(Exercise brief): The span to repeat in the listing below runs from the line containing "#27=EDGE_CURVE('',#25,#25,#26,.T.);" to the line containing "#88=EDGE_CURVE('',#86,#86,#87,.T.);", inclusive. Repeat it exactly, and only it.

--- Records for this task Enclosed Below ---

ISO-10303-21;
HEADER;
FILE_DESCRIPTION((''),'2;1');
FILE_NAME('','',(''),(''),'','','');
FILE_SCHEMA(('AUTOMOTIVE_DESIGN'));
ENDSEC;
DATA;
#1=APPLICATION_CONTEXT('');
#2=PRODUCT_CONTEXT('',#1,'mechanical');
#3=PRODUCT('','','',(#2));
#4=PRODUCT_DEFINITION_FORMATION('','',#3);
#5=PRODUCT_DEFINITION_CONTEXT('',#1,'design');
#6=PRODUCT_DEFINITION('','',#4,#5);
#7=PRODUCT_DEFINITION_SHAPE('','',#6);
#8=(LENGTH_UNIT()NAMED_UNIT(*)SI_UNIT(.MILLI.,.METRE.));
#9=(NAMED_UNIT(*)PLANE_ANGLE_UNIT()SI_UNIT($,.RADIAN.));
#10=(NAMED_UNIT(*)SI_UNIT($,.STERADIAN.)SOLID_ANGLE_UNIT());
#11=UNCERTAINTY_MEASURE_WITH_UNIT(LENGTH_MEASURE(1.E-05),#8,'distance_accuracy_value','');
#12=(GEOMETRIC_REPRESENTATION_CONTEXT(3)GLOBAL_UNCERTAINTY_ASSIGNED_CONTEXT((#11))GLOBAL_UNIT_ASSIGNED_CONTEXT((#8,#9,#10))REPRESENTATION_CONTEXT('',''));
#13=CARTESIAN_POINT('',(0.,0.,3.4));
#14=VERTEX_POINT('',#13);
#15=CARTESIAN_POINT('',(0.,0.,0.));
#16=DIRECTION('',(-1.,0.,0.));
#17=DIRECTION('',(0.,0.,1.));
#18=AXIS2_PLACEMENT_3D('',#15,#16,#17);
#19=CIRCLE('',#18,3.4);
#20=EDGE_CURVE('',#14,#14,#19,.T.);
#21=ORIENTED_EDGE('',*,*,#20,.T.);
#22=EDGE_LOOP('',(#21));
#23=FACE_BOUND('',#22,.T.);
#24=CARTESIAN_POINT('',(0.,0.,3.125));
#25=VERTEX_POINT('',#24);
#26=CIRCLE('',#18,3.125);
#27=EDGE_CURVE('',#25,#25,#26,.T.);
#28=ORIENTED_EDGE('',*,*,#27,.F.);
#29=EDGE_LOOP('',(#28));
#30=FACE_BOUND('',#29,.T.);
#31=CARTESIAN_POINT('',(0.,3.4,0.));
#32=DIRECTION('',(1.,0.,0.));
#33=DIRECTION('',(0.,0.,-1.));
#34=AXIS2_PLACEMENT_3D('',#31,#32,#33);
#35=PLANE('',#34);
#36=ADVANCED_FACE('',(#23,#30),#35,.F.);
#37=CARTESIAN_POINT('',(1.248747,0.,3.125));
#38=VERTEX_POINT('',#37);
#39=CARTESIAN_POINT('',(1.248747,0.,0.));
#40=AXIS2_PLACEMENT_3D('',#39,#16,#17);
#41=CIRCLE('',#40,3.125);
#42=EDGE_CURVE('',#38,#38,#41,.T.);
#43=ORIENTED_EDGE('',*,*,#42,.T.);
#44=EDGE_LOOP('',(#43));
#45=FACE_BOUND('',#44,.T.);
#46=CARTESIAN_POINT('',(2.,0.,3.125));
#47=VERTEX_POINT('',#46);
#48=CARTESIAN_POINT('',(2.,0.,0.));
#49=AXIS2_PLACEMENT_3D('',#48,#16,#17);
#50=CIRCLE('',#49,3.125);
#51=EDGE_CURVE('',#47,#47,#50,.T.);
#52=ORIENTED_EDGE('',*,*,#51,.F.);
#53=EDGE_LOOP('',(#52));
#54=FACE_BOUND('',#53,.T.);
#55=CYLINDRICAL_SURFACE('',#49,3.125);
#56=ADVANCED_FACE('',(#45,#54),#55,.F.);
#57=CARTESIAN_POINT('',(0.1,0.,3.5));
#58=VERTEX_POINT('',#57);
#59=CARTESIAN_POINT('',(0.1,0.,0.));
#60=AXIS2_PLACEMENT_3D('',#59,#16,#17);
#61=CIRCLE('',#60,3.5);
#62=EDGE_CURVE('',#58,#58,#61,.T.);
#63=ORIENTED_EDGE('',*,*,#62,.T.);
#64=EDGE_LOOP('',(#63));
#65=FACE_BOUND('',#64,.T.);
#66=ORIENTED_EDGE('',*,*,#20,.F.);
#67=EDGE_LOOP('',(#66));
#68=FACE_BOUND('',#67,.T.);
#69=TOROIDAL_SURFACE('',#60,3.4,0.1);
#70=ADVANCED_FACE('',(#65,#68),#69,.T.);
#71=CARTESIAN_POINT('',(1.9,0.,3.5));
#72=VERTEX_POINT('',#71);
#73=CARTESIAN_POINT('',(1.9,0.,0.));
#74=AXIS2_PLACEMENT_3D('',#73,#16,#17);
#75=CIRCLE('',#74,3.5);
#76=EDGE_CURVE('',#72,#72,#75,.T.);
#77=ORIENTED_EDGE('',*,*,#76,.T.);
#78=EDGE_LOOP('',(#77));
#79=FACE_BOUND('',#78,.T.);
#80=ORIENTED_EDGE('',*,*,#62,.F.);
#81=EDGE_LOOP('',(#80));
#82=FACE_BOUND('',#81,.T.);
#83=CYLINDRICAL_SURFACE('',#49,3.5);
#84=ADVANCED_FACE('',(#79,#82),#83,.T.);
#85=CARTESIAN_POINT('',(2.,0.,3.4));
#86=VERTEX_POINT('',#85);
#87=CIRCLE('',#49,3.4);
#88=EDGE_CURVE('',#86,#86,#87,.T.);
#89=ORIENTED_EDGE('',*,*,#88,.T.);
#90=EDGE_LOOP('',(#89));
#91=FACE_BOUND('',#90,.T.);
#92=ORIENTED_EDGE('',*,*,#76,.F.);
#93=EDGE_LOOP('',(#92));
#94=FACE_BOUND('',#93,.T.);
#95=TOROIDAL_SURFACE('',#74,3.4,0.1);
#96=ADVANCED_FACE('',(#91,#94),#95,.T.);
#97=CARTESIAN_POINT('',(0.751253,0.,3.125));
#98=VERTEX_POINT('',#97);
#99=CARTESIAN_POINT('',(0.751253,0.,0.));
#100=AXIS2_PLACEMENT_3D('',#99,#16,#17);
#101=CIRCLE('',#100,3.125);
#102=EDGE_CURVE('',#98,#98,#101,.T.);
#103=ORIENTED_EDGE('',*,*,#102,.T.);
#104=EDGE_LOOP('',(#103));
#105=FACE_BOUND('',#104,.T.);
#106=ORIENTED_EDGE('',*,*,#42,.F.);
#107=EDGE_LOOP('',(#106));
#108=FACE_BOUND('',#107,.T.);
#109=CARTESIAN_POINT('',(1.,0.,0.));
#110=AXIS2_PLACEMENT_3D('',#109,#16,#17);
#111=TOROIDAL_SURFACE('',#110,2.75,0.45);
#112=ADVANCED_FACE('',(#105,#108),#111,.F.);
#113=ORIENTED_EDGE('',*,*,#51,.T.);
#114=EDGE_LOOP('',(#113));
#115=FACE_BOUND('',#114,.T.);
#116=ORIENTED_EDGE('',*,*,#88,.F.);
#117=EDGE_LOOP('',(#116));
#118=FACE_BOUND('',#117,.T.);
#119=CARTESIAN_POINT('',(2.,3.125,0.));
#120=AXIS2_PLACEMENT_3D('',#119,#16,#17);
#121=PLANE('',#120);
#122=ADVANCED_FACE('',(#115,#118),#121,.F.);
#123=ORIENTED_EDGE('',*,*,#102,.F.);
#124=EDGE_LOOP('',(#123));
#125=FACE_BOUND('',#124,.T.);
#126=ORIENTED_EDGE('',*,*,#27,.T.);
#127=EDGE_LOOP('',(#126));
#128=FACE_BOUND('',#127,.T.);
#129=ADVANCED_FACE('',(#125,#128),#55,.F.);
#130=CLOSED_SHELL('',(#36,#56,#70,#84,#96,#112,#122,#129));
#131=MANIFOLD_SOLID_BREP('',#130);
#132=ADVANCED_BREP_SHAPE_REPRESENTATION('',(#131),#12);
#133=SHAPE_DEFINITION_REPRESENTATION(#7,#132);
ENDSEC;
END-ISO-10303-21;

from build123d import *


with BuildPart() as part:
    # Sketch1 → Revolve1 (revolve)
    with BuildSketch(Plane.XY):
        with BuildLine():
            Line((0, 3.4), (0, 3.125))
            Line((0, 3.125), (0.751253141, 3.125))
            ThreePointArc((0.751253141, 3.125), (1, 3.2), (1.248746859, 3.125))
            Line((1.248746859, 3.125), (2, 3.125))
            Line((2, 3.125), (2, 3.4))
            ThreePointArc((2, 3.4), (1.970710678, 3.470710678), (1.9, 3.5))
            Line((1.9, 3.5), (0.1, 3.5))
            ThreePointArc((0.1, 3.5), (0.029289322, 3.470710678), (0, 3.4))
        make_face()
    revolve(axis=Axis((2, 0, 0), (-1, 0, 0)))


solid = part.part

--- End of Enclosed Records for this task ---

(Exercise response):
#27=EDGE_CURVE('',#25,#25,#26,.T.);
#28=ORIENTED_EDGE('',*,*,#27,.F.);
#29=EDGE_LOOP('',(#28));
#30=FACE_BOUND('',#29,.T.);
#31=CARTESIAN_POINT('',(0.,3.4,0.));
#32=DIRECTION('',(1.,0.,0.));
#33=DIRECTION('',(0.,0.,-1.));
#34=AXIS2_PLACEMENT_3D('',#31,#32,#33);
#35=PLANE('',#34);
#36=ADVANCED_FACE('',(#23,#30),#35,.F.);
#37=CARTESIAN_POINT('',(1.248747,0.,3.125));
#38=VERTEX_POINT('',#37);
#39=CARTESIAN_POINT('',(1.248747,0.,0.));
#40=AXIS2_PLACEMENT_3D('',#39,#16,#17);
#41=CIRCLE('',#40,3.125);
#42=EDGE_CURVE('',#38,#38,#41,.T.);
#43=ORIENTED_EDGE('',*,*,#42,.T.);
#44=EDGE_LOOP('',(#43));
#45=FACE_BOUND('',#44,.T.);
#46=CARTESIAN_POINT('',(2.,0.,3.125));
#47=VERTEX_POINT('',#46);
#48=CARTESIAN_POINT('',(2.,0.,0.));
#49=AXIS2_PLACEMENT_3D('',#48,#16,#17);
#50=CIRCLE('',#49,3.125);
#51=EDGE_CURVE('',#47,#47,#50,.T.);
#52=ORIENTED_EDGE('',*,*,#51,.F.);
#53=EDGE_LOOP('',(#52));
#54=FACE_BOUND('',#53,.T.);
#55=CYLINDRICAL_SURFACE('',#49,3.125);
#56=ADVANCED_FACE('',(#45,#54),#55,.F.);
#57=CARTESIAN_POINT('',(0.1,0.,3.5));
#58=VERTEX_POINT('',#57);
#59=CARTESIAN_POINT('',(0.1,0.,0.));
#60=AXIS2_PLACEMENT_3D('',#59,#16,#17);
#61=CIRCLE('',#60,3.5);
#62=EDGE_CURVE('',#58,#58,#61,.T.);
#63=ORIENTED_EDGE('',*,*,#62,.T.);
#64=EDGE_LOOP('',(#63));
#65=FACE_BOUND('',#64,.T.);
#66=ORIENTED_EDGE('',*,*,#20,.F.);
#67=EDGE_LOOP('',(#66));
#68=FACE_BOUND('',#67,.T.);
#69=TOROIDAL_SURFACE('',#60,3.4,0.1);
#70=ADVANCED_FACE('',(#65,#68),#69,.T.);
#71=CARTESIAN_POINT('',(1.9,0.,3.5));
#72=VERTEX_POINT('',#71);
#73=CARTESIAN_POINT('',(1.9,0.,0.));
#74=AXIS2_PLACEMENT_3D('',#73,#16,#17);
#75=CIRCLE('',#74,3.5);
#76=EDGE_CURVE('',#72,#72,#75,.T.);
#77=ORIENTED_EDGE('',*,*,#76,.T.);
#78=EDGE_LOOP('',(#77));
#79=FACE_BOUND('',#78,.T.);
#80=ORIENTED_EDGE('',*,*,#62,.F.);
#81=EDGE_LOOP('',(#80));
#82=FACE_BOUND('',#81,.T.);
#83=CYLINDRICAL_SURFACE('',#49,3.5);
#84=ADVANCED_FACE('',(#79,#82),#83,.T.);
#85=CARTESIAN_POINT('',(2.,0.,3.4));
#86=VERTEX_POINT('',#85);
#87=CIRCLE('',#49,3.4);
#88=EDGE_CURVE('',#86,#86,#87,.T.);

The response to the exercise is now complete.